И когда его блуждающий взгляд остановился на двери, в комнату вошла богиня Диана. Несомненно, то была Диана! Богиня лунной ночи, совершенно нереальная, она двигалась с такой грацией и так красиво, что ее шагов не было слышно. Юное божество, неизвестное людям, которые смотрели на нее, пораженные, Такая она была целомудренная и ко всему безразличная… Но вот Диана, уже на полпути к столу, увидела его, во все глаза глядящего на нее, и чуть задержалась, распахнув голубые очи.
— Магн, это моя дочь Юлия. — Цезарь указал на стул напротив того места на ложе, где располагался Помпей. — Садись здесь, Юлия, и составь компанию нашему гостю. А вот и моя матушка!
Аврелия устроилась напротив Цезаря. Несколько слуг начали приносить еду, расставлять бокалы, наливать вино и воду. Женщины, как заметил Помпей, пили только воду.
Какая она красивая! Какая очаровательная, какая восхитительная! И после небольшой заминки она держалась совершенно спокойно, указывая ему на блюда, которые повара в доме Цезаря готовили лучше всех, предлагая попробовать то одно, то другое. И все это — с улыбкой, в которой не было и намека на застенчивость. Однако не мелькало в ней и чувственного приглашения. Помпей осмелился спросить ее, как она проводит дни. (Кому интересны были ее дни? Кого волновало, что она делает со своими ночами, когда луна высоко поднимается в небе и ее колесница несет ее к звездам?) Юлия ответила что читает книги или гуляет, посещает весталок или своих подруг. Спокойный ответ, данный низким, мягким голосом. Когда Юлия наклонилась вперед, Помпей увидел, насколько нежна и изящна была ее грудная клетка, хотя и не увидел ее груди. Руки — хрупкие, но округлые, с небольшой ямочкой на локте, кожа вокруг глаз чуть фиолетового оттенка, на каждом веке блеск лунного серебра. Такие длинные, прозрачные ресницы! И брови такие светлые, что едва различимы. Она не красилась, а ее бледно-розовый рот сводил с ума от желания поцеловать. Губы — полные, красивой формы, со складочками в уголках, говорящими о смешливости.
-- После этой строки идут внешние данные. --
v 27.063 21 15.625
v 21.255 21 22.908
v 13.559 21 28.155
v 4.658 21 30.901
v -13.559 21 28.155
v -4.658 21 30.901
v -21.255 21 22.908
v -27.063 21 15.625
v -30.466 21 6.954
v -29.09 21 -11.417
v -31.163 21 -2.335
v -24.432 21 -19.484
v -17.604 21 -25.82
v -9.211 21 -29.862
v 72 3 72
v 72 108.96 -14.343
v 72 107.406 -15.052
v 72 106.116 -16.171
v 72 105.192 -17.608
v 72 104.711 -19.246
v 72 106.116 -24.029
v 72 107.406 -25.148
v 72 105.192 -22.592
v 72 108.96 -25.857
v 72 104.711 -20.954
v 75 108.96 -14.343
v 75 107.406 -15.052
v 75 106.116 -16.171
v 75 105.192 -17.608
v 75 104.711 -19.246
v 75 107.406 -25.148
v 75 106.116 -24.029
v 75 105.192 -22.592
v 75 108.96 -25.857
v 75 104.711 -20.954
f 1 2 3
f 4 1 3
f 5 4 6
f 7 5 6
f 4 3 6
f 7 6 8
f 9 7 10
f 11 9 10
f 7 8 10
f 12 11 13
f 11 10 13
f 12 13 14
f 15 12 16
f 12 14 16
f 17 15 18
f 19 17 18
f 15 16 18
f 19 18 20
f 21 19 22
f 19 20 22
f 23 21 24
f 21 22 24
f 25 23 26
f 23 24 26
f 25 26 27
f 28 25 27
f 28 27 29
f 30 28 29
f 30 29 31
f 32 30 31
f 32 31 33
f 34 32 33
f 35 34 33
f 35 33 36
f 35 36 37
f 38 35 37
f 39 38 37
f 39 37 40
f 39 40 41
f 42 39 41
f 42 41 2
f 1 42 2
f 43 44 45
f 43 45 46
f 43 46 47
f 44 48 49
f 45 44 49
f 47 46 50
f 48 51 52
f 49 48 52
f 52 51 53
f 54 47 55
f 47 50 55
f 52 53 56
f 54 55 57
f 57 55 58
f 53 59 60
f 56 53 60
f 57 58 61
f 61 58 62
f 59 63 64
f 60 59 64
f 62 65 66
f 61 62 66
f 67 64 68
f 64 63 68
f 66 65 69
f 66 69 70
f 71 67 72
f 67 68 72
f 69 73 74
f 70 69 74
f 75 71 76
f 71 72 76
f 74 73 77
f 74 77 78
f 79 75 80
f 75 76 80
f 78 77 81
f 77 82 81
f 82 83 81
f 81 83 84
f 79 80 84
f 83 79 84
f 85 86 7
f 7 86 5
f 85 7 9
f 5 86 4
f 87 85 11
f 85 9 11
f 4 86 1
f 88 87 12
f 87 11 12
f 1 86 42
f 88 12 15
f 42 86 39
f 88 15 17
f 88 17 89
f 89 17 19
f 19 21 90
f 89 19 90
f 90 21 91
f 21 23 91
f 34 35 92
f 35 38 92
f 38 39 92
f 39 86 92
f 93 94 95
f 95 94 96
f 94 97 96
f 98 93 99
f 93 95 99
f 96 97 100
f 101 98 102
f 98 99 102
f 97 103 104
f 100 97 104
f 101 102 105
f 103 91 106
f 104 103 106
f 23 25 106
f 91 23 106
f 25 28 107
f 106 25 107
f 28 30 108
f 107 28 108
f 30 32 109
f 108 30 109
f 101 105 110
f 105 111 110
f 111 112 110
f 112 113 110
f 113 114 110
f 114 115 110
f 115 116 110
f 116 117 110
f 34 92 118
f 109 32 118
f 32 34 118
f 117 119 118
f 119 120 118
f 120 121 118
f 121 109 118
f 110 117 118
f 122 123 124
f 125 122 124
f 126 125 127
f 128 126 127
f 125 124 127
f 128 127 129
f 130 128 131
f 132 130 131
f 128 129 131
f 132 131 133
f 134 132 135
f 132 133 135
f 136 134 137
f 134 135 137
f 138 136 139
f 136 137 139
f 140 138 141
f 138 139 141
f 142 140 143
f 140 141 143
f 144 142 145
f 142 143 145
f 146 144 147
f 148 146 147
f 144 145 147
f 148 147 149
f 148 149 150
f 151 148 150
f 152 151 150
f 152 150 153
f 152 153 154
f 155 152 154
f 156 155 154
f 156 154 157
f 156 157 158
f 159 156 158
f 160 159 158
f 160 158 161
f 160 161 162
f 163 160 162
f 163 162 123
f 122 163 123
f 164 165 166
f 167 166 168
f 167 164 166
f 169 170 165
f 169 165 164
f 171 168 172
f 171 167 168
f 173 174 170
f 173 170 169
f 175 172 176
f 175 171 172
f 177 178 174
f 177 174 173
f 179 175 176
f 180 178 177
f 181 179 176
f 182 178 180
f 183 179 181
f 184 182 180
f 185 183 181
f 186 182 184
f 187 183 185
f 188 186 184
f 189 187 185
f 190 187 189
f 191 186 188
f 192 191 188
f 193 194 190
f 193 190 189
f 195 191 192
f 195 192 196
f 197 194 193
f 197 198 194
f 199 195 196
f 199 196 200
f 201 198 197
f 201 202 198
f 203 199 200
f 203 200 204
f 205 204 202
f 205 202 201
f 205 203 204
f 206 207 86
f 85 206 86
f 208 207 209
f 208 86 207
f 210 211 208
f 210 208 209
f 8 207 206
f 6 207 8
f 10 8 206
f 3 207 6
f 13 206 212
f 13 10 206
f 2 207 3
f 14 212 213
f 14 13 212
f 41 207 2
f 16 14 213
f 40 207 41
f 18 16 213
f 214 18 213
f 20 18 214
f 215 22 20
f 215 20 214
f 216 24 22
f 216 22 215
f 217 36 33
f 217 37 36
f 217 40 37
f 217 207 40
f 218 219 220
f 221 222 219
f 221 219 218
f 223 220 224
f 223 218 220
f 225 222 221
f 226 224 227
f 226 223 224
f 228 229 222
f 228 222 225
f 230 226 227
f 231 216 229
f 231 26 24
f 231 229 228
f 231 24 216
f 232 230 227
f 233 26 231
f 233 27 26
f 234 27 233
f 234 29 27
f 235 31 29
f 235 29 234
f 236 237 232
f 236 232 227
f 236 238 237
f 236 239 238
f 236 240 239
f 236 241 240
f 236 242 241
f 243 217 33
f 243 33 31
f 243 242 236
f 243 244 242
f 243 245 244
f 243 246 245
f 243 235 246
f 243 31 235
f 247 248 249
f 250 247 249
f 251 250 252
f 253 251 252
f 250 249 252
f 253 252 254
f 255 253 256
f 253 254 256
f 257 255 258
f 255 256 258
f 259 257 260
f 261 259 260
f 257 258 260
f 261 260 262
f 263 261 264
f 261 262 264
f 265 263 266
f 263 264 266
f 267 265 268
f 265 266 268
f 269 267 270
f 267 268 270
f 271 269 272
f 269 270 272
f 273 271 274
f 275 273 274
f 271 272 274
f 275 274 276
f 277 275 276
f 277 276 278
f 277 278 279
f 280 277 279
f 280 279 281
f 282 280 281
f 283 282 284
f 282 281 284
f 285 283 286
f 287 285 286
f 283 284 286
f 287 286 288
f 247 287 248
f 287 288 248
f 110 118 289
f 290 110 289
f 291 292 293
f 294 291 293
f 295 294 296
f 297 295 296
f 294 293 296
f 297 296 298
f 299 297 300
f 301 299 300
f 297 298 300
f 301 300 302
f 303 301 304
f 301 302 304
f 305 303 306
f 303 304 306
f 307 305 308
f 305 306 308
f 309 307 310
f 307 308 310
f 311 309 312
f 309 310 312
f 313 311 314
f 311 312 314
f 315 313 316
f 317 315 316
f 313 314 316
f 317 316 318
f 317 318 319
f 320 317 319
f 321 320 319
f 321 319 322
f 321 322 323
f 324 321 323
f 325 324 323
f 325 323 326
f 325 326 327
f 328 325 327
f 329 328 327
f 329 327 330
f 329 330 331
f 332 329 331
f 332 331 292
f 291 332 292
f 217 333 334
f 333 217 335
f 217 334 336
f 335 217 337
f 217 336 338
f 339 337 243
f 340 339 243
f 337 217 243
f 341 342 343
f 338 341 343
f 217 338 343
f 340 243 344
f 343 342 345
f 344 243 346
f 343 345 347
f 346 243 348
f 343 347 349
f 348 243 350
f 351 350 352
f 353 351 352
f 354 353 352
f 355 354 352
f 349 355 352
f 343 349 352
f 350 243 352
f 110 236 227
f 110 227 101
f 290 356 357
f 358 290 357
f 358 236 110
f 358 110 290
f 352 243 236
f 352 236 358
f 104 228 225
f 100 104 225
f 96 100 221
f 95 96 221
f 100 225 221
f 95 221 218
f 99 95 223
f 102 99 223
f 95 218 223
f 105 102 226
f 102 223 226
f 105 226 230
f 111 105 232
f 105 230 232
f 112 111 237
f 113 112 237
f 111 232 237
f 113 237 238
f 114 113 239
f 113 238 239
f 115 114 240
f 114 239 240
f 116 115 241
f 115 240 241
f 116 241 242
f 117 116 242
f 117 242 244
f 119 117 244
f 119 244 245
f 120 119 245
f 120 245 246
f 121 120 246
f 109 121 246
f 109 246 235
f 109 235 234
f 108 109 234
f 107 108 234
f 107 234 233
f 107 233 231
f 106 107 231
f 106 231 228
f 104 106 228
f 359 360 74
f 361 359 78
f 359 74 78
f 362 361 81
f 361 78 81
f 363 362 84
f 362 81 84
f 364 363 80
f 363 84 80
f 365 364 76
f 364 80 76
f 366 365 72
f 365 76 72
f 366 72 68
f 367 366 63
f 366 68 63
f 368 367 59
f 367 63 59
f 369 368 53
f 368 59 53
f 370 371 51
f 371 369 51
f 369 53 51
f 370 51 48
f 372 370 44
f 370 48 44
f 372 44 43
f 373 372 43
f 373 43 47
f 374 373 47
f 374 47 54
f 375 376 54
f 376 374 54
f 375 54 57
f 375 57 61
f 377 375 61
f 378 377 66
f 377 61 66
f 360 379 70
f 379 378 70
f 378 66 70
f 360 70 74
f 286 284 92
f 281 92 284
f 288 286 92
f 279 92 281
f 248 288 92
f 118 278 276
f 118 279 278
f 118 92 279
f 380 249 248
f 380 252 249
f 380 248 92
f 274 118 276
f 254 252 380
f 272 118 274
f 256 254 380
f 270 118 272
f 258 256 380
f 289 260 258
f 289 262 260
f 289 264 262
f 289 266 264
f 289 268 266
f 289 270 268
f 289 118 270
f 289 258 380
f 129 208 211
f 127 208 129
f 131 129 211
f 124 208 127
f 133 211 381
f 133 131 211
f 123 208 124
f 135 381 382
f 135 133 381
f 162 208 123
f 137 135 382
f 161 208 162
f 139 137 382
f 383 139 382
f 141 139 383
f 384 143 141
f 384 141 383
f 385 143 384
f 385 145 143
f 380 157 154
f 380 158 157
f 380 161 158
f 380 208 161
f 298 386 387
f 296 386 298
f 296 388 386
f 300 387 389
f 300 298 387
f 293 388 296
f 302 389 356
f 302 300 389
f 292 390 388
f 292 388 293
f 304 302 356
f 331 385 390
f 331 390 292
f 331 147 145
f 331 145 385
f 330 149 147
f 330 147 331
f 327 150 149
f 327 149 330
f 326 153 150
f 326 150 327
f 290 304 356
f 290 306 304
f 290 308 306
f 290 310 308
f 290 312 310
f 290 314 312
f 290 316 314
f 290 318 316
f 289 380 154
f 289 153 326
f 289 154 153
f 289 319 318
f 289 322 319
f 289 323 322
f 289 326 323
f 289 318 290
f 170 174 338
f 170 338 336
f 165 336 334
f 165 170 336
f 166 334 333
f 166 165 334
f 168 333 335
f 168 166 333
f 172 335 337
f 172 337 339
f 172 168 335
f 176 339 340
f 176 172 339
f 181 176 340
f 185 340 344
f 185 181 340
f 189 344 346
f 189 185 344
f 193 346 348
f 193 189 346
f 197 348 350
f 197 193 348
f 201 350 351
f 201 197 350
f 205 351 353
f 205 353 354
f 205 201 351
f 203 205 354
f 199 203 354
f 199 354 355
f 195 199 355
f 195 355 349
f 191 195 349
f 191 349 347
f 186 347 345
Цезарь и Аврелия уже не существовали для Юлии и Помпея. Они говорили о Гомере и Гесиоде, Ксенофонте и Пиндаре, о путешествиях по Востоку. Она с жадностью внимала речам Помпея, словно Великий Человек был не менее одаренным оратором, нежели Цицерон. Она задавала ему разные вопросы обо всем, от албанцев до пресмыкающихся, населяющих окрестности Каспийского моря. Видел ли он Арарат? Как выглядит еврейский храм? Действительно ли люди ходят по водам Асфальтового моря? Видел ли он когда-нибудь черного человека? Каков из себя царь Тигран? Правда ли, что амазонки когда-то обитали в Понте, в устье реки Термодонт? Видел ли он когда-нибудь амазонку? Говорят, что Александр Великий встречал их царицу где-то на берегах реки Яксарт. О, какие замечательные имена у их рек — Окс, Аракс, Яксарт… И как только человеческий язык мог изобрести такие странные звуки?
А немногословный, прагматичный Помпей, со своим лаконичным стилем и слабым образованием, был очень рад, что жизнь на Востоке и Феофан приучили его к чтению. Он произносил слова, сам не сознавая, как они удержались у него в голове. И мысли у него появились такие, о возможности существования которых он даже не подозревал. Помпей и не думал, что умеет так оригинально мыслить! Он скорее умер бы, чем разочаровал это изысканное молодое создание, не отрывающее взгляда от его лица, словно он являл собою фонтан всех знаний и представлял своей персоной самое прекрасное из всего, что ей когда-либо приходилось видеть.